Unutma Beni Çiçekleri

4K 317 103
                                    

Kutay kabusu eve tembelce adımlarken onun cılız kumrallarına,günlerdir traş bile edilmemiş kirli sakallarına bakındı nefretle. Onun tıpatıp bir kopyası olmak,unutma beni çiçekleri gibi tanrıya yakarmasına neden oluyordu.

Ama gözleri tıpkı arkasına bakmadan ayyaşı ve ayyaşın tohumunu terk edip kaçan doğurgan bir dişininki gibiydi.
Kara bir lacivert. Ruhundaki çirkin karanlığı bırakıp gitmişti miras olarak ayyaşa.

"Napıyon defter kağıt? Adam mı olmaya karar verdin. Okuyarak olunmuyor." dedi adam tembelce koltuklara yayılırken.

Asım Efendi,mahlası Ayyaş.

Kutay bomboş gözlerle buram buram alkol kokan bedenin koltukta yayılışını izlerken omuz silkti.
"Okul etkinliği,tiyatro için bir şeyler." diye mırıldandı odasının kapısına doğru adımlarını yöneltirken.

"Tiyatro mu?"dedi adam çirkin kahkahasını Kutay'a dikerken.
"Karı kız işine dadanma,erkek ol biraz."dedi dudakları çizgi haline gelirken kumandaya uzandı tembelce.
"Makyaj falan da yaptılar mı bari?"

"Nerdeysen neden orada kalmadın?"dedi Kutay yumruklarını avucuna bastırıp tırnaklarıyla etini delip geçti.

"Haftasonunu oğlumla geçireyim dedim. Sana barınacak çatı veren,yemini suyunu paranı veren adam olarak hakkım dimi?" dedi gözünün içindeki ak sarı renge dönüşmüş,alkol ve sigaradan çökmüş birer harabe olan adam.

"Odamdayım." dedi Kutay gölgelerine saklanarak.

"Kaç anan gibi kaç sen de. Kendi neydi ki doğurduğu ne olacak. Nankörden nankör çıkar..." dedi adam avaz avaz bağırırken.
"Katranı kaynatsan olur mu şeker ,cinsini siktiğimin kahpesi de cinsine çeker !"

Öfkeyle gürleyen Asım,yavaşça dönen başını yastığa gömdü.
"Adam olamadın Kutay,naptımsa olamadın. Mayanda yok kızamıyorum.
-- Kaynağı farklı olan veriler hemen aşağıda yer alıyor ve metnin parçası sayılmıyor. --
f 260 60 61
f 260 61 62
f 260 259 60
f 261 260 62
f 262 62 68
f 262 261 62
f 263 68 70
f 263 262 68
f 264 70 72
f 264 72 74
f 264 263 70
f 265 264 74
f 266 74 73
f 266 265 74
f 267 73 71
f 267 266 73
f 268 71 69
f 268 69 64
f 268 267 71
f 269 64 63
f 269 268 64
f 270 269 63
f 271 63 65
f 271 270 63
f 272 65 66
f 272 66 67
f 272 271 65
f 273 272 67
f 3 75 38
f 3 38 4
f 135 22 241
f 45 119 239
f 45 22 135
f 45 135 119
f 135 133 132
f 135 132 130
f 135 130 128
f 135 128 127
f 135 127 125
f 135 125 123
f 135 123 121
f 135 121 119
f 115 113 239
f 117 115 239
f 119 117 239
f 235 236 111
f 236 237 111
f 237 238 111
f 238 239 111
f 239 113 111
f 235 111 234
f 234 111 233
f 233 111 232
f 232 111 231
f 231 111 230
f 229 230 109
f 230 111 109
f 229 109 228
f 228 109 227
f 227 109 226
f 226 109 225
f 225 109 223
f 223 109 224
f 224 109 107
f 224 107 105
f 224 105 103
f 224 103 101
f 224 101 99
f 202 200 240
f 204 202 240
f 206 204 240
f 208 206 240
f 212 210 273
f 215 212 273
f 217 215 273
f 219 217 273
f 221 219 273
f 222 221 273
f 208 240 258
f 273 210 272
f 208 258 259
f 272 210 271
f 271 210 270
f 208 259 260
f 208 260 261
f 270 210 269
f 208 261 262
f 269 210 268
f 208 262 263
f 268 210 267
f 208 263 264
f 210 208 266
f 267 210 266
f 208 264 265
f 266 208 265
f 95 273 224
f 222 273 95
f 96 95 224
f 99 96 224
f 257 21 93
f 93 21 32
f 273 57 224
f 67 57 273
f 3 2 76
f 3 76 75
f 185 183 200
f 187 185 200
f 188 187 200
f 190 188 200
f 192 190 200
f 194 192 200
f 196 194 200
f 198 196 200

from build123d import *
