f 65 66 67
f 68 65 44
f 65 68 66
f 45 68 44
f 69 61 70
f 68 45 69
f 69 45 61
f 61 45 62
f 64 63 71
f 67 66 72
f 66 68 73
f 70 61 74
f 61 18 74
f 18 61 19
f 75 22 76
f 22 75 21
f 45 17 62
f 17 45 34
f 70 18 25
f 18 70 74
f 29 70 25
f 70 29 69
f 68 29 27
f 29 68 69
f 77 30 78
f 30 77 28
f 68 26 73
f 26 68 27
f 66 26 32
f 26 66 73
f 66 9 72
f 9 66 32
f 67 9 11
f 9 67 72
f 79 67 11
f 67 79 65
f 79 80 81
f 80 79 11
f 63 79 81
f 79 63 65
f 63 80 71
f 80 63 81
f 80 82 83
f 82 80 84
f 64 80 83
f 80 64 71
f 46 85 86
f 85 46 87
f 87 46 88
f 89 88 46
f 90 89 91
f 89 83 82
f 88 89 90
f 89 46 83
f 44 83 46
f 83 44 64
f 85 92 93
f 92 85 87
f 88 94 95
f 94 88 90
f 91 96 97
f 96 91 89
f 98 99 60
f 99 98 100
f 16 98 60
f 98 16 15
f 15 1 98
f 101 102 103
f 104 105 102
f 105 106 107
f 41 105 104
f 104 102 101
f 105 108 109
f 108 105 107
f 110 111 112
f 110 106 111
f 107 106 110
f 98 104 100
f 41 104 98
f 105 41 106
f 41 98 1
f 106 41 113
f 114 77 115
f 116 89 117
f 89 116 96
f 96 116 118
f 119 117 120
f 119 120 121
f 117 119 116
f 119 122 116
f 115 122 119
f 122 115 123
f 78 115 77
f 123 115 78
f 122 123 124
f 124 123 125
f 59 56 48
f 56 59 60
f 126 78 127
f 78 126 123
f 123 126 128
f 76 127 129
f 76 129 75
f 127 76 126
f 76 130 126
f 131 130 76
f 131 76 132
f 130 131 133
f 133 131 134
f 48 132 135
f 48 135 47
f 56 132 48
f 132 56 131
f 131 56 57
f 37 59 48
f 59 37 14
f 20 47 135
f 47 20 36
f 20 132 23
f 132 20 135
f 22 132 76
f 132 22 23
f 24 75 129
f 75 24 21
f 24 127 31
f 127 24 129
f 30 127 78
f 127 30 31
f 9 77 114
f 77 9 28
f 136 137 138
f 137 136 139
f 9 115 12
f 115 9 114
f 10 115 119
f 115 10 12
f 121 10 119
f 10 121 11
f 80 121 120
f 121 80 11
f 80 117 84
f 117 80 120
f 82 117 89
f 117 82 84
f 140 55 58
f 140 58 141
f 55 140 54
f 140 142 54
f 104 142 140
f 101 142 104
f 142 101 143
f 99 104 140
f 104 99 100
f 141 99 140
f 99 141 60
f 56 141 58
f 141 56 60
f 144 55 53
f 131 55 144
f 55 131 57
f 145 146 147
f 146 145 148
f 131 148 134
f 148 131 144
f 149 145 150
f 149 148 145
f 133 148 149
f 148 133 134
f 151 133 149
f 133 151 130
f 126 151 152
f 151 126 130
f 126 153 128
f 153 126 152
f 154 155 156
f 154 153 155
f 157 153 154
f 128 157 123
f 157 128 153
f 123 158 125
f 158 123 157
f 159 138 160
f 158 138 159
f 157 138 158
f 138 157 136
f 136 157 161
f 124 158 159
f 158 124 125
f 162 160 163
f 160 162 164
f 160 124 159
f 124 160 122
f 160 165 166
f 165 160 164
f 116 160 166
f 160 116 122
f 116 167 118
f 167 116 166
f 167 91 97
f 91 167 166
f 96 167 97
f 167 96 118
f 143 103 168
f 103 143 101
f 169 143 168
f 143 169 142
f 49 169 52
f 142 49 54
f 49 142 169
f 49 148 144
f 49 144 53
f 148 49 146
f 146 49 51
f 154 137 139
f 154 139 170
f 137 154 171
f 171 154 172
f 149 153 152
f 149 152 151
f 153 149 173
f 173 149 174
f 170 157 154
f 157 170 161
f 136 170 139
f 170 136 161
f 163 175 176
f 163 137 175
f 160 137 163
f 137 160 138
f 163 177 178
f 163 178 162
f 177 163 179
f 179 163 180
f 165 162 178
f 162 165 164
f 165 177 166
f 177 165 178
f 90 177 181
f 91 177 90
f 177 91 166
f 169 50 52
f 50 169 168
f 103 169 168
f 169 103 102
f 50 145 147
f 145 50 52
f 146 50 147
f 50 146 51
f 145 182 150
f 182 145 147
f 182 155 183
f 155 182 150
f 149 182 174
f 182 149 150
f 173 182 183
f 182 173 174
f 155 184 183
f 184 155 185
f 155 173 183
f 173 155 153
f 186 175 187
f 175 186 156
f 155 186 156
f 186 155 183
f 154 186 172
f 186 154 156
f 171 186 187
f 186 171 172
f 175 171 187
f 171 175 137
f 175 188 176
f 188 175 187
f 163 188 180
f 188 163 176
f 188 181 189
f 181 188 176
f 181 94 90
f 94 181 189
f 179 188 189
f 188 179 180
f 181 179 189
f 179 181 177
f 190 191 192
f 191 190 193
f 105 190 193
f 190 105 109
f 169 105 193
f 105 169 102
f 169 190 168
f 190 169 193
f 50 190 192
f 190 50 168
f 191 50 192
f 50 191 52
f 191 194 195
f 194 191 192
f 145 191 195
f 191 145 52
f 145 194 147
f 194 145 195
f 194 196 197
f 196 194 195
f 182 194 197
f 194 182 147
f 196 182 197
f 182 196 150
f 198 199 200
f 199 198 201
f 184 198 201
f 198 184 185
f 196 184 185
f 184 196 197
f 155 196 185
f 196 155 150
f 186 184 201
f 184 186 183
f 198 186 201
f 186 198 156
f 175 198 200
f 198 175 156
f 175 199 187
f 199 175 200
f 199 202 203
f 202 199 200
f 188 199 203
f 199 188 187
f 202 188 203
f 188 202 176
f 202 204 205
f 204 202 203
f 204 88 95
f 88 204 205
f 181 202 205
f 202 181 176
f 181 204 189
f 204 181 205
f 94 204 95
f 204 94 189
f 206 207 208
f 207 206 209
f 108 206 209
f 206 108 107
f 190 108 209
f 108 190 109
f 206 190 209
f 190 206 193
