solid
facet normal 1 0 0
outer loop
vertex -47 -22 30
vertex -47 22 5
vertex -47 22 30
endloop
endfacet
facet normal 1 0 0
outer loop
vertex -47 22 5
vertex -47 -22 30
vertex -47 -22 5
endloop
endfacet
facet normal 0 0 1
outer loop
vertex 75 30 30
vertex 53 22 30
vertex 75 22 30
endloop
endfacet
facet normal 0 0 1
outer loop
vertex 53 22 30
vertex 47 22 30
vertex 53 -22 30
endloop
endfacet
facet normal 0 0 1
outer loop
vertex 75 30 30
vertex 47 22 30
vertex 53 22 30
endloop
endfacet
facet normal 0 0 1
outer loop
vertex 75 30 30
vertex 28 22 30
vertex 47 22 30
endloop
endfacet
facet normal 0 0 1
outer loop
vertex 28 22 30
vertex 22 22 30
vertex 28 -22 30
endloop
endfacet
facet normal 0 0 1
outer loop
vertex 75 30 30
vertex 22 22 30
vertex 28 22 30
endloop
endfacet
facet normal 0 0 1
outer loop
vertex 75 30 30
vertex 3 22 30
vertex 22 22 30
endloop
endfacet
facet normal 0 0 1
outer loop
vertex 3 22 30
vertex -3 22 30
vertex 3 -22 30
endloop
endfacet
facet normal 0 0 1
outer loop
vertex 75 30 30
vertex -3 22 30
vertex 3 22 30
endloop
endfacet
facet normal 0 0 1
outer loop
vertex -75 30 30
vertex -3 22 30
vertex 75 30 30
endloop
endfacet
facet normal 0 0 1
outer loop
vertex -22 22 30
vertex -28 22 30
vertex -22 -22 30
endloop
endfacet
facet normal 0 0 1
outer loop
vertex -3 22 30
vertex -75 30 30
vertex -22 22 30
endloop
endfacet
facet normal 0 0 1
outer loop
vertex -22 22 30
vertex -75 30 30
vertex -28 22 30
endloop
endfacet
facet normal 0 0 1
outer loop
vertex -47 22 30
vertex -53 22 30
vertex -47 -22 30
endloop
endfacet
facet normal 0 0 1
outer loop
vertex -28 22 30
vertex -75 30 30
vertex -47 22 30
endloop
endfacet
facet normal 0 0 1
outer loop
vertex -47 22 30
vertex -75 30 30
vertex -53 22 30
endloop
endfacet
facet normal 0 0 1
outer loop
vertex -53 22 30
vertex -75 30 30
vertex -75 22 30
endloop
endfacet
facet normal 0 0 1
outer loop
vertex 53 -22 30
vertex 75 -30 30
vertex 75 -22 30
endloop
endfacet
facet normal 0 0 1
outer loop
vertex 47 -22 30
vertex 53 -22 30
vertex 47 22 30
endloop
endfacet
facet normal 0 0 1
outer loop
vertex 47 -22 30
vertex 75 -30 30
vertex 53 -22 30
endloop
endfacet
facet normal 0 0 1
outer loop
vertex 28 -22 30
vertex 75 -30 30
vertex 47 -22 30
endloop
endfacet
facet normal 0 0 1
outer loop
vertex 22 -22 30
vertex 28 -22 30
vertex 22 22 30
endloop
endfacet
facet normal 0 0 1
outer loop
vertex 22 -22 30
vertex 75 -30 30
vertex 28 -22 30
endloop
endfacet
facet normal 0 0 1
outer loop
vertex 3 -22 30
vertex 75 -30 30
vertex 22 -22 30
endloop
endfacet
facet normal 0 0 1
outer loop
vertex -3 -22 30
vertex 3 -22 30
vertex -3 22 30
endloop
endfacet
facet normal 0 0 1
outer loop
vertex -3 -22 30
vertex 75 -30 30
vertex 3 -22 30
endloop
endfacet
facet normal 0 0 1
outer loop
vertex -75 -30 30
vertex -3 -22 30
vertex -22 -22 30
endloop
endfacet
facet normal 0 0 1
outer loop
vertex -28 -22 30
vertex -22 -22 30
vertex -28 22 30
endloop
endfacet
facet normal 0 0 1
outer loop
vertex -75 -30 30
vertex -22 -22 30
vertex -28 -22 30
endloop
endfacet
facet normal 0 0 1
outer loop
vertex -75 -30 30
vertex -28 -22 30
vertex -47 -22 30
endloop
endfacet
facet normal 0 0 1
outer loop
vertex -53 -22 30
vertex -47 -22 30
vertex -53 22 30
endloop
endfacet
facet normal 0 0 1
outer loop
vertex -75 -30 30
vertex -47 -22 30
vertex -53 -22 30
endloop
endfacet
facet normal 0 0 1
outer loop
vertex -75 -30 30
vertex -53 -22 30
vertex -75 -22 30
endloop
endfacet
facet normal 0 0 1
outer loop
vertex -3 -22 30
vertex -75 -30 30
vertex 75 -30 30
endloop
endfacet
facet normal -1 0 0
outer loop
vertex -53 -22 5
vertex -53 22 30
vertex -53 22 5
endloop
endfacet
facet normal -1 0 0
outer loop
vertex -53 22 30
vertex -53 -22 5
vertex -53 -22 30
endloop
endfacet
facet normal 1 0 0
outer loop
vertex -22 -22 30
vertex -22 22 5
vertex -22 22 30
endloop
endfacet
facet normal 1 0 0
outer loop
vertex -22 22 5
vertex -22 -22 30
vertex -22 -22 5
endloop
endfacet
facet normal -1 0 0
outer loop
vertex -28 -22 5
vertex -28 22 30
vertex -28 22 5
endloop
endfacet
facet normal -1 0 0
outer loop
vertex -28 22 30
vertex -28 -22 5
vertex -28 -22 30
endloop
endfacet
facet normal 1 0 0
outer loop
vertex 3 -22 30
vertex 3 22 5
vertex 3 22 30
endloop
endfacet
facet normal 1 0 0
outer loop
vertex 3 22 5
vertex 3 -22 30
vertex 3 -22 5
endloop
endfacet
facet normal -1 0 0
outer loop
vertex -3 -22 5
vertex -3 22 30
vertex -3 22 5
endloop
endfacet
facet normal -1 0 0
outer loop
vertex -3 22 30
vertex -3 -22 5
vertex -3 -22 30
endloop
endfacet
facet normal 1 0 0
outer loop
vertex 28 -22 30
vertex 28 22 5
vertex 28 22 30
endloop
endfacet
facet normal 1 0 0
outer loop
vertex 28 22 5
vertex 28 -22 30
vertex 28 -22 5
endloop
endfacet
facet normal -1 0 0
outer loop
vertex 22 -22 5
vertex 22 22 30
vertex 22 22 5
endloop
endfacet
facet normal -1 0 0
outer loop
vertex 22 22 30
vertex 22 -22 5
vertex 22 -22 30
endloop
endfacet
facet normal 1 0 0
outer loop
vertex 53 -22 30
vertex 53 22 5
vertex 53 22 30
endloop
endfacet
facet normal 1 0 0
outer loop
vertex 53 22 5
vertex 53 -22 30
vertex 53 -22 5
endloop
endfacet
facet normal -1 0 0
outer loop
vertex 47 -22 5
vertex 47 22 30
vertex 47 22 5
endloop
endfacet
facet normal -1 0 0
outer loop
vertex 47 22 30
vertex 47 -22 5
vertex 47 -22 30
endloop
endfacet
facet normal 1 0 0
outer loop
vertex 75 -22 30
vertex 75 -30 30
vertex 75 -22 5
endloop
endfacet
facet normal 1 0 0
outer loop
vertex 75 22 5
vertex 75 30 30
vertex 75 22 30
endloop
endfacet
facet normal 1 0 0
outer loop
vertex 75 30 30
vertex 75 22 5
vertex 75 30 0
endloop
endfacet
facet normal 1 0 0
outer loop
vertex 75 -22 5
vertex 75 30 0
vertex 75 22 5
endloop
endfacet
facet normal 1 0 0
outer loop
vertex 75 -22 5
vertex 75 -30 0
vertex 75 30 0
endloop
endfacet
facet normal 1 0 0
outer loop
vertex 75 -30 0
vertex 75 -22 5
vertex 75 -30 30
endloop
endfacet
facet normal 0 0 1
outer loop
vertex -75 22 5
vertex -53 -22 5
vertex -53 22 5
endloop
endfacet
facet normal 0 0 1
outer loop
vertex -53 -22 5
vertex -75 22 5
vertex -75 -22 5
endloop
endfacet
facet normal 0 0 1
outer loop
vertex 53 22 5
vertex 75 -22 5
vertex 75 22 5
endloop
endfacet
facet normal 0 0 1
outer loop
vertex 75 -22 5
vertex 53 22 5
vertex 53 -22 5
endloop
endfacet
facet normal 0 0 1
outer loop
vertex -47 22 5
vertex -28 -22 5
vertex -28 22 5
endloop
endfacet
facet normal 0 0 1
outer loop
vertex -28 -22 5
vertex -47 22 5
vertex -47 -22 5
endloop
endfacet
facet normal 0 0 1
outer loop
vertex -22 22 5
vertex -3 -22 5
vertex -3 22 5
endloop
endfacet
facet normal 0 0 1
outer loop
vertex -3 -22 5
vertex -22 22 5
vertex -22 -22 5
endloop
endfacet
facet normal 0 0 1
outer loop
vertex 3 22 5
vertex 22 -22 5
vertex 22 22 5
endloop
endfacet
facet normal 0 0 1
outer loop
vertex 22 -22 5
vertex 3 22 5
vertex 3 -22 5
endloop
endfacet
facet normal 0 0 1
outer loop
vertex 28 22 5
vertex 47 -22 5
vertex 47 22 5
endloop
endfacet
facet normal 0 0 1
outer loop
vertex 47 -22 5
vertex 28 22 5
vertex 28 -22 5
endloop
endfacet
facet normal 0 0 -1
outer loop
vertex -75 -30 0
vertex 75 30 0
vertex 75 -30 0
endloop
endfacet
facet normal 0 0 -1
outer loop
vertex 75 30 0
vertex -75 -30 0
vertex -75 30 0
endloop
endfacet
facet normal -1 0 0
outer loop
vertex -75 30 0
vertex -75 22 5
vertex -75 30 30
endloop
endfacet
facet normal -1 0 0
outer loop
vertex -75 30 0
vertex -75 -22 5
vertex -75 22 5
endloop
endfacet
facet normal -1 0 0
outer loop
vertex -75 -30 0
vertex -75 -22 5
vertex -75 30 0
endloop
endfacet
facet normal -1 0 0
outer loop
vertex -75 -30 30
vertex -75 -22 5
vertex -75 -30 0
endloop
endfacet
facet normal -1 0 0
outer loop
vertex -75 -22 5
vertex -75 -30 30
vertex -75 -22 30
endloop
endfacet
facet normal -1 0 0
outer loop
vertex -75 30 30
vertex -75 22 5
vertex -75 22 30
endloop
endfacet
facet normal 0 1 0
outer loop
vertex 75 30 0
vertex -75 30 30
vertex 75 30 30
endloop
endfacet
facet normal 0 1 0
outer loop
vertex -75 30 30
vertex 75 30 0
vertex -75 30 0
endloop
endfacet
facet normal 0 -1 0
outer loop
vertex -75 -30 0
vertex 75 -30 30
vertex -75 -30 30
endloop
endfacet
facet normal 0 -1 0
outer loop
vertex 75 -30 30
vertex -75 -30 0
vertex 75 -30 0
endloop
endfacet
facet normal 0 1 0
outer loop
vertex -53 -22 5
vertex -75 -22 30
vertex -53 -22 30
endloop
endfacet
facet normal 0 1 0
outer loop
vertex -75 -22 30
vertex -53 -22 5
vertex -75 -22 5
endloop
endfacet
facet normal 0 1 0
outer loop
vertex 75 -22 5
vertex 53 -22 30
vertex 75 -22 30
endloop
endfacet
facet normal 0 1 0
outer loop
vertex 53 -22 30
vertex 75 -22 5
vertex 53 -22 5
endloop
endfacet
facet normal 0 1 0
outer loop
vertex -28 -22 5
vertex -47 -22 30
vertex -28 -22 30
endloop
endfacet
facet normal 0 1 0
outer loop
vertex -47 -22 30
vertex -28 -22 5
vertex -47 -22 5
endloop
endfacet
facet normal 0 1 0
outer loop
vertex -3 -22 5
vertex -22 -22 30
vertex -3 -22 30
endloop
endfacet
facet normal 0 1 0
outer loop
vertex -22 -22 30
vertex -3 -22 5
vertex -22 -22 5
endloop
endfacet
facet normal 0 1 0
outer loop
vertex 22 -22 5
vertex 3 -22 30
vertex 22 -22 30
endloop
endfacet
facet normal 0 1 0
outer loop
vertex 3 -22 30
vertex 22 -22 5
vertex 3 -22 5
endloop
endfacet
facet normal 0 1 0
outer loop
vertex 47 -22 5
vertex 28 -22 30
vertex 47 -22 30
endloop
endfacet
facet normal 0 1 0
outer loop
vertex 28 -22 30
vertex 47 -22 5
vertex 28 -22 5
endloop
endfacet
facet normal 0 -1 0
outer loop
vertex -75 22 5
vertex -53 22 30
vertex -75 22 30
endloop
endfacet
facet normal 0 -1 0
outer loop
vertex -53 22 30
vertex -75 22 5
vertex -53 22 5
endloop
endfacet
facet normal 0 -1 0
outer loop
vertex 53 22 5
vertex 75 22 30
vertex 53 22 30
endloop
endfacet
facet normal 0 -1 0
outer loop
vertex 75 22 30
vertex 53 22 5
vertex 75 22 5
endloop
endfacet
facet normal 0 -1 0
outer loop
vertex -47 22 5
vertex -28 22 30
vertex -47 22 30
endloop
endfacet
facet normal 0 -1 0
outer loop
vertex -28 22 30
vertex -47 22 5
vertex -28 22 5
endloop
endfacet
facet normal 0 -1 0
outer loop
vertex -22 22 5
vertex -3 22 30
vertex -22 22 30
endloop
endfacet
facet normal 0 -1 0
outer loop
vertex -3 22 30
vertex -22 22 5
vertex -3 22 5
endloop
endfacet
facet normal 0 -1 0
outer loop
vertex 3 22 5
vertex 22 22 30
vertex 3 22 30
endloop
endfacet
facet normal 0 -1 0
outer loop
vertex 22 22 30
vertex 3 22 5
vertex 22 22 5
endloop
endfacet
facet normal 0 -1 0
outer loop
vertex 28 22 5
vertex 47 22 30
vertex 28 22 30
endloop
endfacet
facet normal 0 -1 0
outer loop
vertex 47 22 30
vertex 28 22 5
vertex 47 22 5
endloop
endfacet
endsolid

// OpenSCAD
$fn = 32;

// ----------------------------------------------------------------------
// Rib frame 150 x 60 x 30
// 5 ribs at 25 mm pitch
// ----------------------------------------------------------------------

// --- parameters (mm) ---
frame = [150, 60, 5];  // base plate size (x, y, z)
rail_w = 8;            // side rail width
ribs = 5;              // number of ribs
rib_t = 6;             // rib thickness
rib_h = 25;            // rib height above the base plate
pitch = 25;            // pitch between rib centres

// --- derived feature positions (mm) ---
span = (ribs - 1) * pitch;          // = 100   distance between the outer ribs
origin_x = -span / 2;               // = -50   X of the first rib
rib_len = frame[1] - 2 * rail_w + 2;  // = 46   rib length, 1 mm into each rail
feature_centers = [
  [origin_x + 0 * pitch, 0],
  [origin_x + 1 * pitch, 0],
  [origin_x + 2 * pitch, 0],
  [origin_x + 3 * pitch, 0],
  [origin_x + 4 * pitch, 0]
];   // rib centre line, drives the rib loop

// base plate, two side rails, then the ribs read straight off feature_centers
union() {
  translate([-frame[0] / 2, -frame[1] / 2, 0]) cube(frame);
  translate([-frame[0] / 2, -frame[1] / 2, 0]) cube([frame[0], rail_w, frame[2] + rib_h]);
  translate([-frame[0] / 2, frame[1] / 2 - rail_w, 0]) cube([frame[0], rail_w, frame[2] + rib_h]);
  for (centre = feature_centers)
    translate([centre[0] - rib_t / 2, centre[1] - rib_len / 2, frame[2] - 1])
      cube([rib_t, rib_len, rib_h + 1]);
}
Erkek ol,kaçma odalara."

Kutay sinirle dolan hücrelerini gevşetmek için boynunu kütlerirken sertçe çarptı odanın kapısını. Zaten kırık dolap kapağına bir yumruk geçirirken,vidalı raflardan birini sertçe yumruklayarak yere düşürdü.

"Hayatta hiç sevmemişsin,sevildiğin ise meçhul." diye yankılandı Uygar'ın sesi Kutay'ın beyninin içinde.

"Benim tenimdeki yaralar neşterlidir,dikiş tutmasa da öldürmez. Sen kendi ruhundaki yaraları onar!"

Kutay hırsla kendini pencere kenarındaki buz kadar soğuk çarsafa dolayıp kafasını yastığa bastırırken cebindeki hışırtı yapan sesin kaynağı kağıdı avuçladı sinirle.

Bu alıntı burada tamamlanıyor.